例えば次のように状態のケースでは、新たにリクエストが発生した場合はワーカーCに担当させたいです。しかし実際にはワーカーBのスレッド3が処理を行う可能性があるように思いました。
ワーカーA:スレッド1(使用中)、スレッド2(使用中)、スレッド3(3使用中)
ワーカーB:スレッド1(使用中)、スレッド2(使用中)、スレッド3(未使用)
ワーカーC:スレッド1(未使用)、スレッド2(未使用)、スレッド3(未使用)
Pumaはこれらを制御出来ているのでしょうか。Inject small delay for busy workers to improve requests distributionがまさに筆者の疑問をより深ぼっています。どうも制御は上手くはできていないようです。現時点では、レシーブスレッドのループの中に5ミリ秒の遅延を設けることで、ビジーなワーカーがリクエストを受け取る確率を下げています。スループットとの兼ね合いもあるので、なかなか厳しい対応と言えるかもしれません。
GVL
PumaのREADMEにも記載があるように、GVLが動作することでスレッドは実際には並列では実行されません。スレッドはパラレル(並列)ではなく、コンカレンシー(平行)に動作します。並列性はあくまでマシンのプロセス間において実現されます。スレッドの設定値の目安は、データベースのコネクション数に揃えるのが良さそう[5]であるというのもGVLに関連します。

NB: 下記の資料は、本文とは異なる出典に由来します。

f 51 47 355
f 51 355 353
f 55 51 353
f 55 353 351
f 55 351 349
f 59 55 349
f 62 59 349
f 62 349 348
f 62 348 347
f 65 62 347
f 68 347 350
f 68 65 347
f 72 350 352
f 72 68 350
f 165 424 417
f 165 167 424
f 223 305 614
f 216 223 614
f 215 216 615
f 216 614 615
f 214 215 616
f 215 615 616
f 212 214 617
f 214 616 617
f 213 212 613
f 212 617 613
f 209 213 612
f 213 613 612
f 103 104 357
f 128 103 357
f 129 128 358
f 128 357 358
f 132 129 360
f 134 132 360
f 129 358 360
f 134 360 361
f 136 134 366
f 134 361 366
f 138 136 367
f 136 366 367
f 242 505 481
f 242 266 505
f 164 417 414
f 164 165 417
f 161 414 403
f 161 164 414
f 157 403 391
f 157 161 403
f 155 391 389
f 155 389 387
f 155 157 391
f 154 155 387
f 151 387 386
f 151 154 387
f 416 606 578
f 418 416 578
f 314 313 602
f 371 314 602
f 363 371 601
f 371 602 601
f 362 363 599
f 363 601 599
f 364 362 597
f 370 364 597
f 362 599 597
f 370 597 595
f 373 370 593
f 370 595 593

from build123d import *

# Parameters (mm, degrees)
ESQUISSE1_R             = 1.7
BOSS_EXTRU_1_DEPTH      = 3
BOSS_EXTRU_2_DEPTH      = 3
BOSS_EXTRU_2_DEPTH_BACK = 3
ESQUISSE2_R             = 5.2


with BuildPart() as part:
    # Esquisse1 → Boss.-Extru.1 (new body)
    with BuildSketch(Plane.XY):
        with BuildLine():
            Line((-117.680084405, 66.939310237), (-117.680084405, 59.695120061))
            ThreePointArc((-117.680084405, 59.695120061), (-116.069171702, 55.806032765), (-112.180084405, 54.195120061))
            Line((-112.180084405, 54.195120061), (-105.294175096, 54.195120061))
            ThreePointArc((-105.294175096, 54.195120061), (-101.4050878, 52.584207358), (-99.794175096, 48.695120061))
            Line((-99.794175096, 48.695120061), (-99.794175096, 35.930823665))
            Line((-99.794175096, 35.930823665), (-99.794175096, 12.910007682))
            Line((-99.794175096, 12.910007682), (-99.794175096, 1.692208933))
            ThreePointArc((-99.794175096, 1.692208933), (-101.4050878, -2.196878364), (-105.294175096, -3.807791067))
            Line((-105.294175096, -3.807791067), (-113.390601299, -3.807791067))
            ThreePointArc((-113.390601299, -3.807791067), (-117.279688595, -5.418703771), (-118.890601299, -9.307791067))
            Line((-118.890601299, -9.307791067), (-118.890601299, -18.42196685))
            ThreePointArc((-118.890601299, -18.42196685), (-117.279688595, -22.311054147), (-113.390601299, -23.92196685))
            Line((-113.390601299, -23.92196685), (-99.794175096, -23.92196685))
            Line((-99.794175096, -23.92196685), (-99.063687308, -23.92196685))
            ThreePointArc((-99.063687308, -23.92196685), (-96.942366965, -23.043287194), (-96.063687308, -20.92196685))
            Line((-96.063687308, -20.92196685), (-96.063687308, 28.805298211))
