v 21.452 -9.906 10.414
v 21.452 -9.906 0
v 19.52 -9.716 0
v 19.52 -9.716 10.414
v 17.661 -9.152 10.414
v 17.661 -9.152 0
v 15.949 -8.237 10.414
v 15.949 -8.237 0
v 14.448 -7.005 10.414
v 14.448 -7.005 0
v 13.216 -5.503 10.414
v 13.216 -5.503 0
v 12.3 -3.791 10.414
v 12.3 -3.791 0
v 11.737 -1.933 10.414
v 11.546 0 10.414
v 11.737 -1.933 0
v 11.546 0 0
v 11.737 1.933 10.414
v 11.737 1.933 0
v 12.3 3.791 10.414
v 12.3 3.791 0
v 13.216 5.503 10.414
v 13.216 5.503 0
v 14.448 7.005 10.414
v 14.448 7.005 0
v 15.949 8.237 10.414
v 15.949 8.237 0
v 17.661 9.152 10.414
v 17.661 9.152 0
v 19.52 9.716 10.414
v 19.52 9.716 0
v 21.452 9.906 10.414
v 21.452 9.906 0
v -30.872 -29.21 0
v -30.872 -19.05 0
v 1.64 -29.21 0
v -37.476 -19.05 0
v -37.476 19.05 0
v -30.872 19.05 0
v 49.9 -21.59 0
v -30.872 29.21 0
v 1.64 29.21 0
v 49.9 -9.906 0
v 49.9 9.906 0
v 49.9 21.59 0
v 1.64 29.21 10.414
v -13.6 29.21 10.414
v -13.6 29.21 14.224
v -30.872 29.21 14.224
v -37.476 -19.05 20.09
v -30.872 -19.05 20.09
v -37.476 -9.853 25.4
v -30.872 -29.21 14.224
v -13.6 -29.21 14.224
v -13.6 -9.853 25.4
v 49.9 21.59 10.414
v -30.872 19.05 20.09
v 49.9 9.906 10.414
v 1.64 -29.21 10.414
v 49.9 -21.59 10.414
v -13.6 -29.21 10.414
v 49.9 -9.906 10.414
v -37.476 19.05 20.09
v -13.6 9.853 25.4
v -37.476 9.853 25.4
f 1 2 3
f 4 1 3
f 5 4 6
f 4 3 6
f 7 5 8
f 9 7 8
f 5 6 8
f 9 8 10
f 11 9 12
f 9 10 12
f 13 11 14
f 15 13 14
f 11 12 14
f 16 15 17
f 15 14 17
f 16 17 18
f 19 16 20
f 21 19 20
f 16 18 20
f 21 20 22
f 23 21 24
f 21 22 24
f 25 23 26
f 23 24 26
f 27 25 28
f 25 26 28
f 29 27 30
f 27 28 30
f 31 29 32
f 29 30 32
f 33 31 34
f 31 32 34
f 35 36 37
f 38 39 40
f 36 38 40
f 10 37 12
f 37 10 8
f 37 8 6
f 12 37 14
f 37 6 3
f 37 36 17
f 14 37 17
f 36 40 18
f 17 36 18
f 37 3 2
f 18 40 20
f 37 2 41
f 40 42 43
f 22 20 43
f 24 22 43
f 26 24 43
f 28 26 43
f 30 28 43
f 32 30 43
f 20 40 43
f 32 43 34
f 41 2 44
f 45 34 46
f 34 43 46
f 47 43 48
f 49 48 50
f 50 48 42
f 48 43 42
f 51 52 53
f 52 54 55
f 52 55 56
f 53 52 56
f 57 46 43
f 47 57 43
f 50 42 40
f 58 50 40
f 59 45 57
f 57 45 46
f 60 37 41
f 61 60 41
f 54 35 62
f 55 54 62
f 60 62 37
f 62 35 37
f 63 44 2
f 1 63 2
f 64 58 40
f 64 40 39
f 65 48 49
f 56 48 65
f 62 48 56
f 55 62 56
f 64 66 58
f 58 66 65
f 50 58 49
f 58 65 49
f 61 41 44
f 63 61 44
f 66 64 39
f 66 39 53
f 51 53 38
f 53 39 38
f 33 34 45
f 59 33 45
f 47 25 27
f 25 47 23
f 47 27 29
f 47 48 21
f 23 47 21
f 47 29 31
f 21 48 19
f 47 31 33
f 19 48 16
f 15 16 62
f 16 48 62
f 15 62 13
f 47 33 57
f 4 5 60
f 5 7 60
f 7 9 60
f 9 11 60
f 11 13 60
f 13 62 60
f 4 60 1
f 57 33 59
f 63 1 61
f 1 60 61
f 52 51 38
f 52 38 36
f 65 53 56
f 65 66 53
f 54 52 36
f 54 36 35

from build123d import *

# Parameters (mm, degrees)
F1_DEPTH = 25.4
F2_W     = 15.24
F2_H     = 14.986
F2_W_2   = 48.74875
F3_DEPTH = 76.2
F5_DEPTH = 25.4


with BuildPart() as f1:
    # F0 (on Top) → F1 (new body)
    with BuildSketch(Plane.XY):
        with BuildLine():
            Line((1.640223, 29.21), (-30.871777, 29.21))
            Line((-30.871777, 29.21), (-30.871777, 19.05))
            Line((-30.871777, 19.05), (-37.475777, 19.05))
            Line((-37.475777, 19.05), (-37.475777, -19.05))
            Line((-37.475777, -19.05), (-30.871777, -19.05))
            Line((-30.871777, -19.05), (-30.871777, -29.21))
            Line((-30.871777, -29.21), (1.640223, -29.21))
            Line((1.640223, -29.21), (49.900223, -21.59))
            Line((49.900223, -21.59), (49.900223, -9.906))
            Line((49.900223, -9.906), (21.452223, -9.906))
            ThreePointArc((21.452223, -9.906), (11.546223, 0), (21.452223, 9.906))
            Line((21.452223, 9.906), (49.900223, 9.906))
            Line((49.900223, 9.906), (49.900223, 21.59))
            Line((49.900223, 21.59), (1.640223, 29.21))
        make_face()
    extrude(amount=F1_DEPTH)

    # F2 (on face) → F3 (cut)
    with BuildSketch(Plane.XZ.offset(29.21)):
        with Locations((-5.979777, 17.907)):
            Rectangle(F2_W, F2_H)
        with Locations((26.014598, 17.907)):
            Rectangle(F2_W_2, F2_H)
    extrude(amount=-F3_DEPTH, mode=Mode.SUBTRACT)

    # F4 (on face) → F5 (cut)
    with BuildSketch(Plane.YZ.offset(-13.599777)):
        Polygon((-29.21, 14.224), (-9.8526, 25.4), (-29.21, 25.4), align=None)
        Polygon((29.21, 25.4), (9.8526, 25.4), (29.21, 14.224), align=None)
    extrude(amount=-F5_DEPTH, mode=Mode.SUBTRACT)


solid = f1.part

業務でも最近Rubyが2系から3系にバージョンアップされたこともあり、Ractor[6](注:Reactorではない)によるスレッドの並列実行にも興味があるところです。しかしGVLについて掘り下げるのはボリュームがあってさらにもう一つ記事が書けてしまいそうなので、ここではやめておくことにします。
「Pumaは今後Ractorを取り入れるんでしょうか?」「当然検討はすると思いますけど、今のRailsアプリだとRackミドルウェアがRactorの上で動くようにできてないから難しいかもしれませんね: Rackミドルウェアより手前の前処理部分ならRactorで高速マルチスレッドできるかもしれませんけど」「なるほど」
出典:週刊Railsウォッチ(20200929後編)RubyKaigi Takeout 2020 感想戦@仮想松本が盛況、Puma 5のスリープソート、GitHub Codespacesほか
おわりに
ある日、2015年Webサーバアーキテクチャ序論というブログ記事に出会いました。面白い記事だなと思ったものの、普段の開発でWebサーバを意識することがそれほど多くないこともあって、なかなか理解しづらかったです。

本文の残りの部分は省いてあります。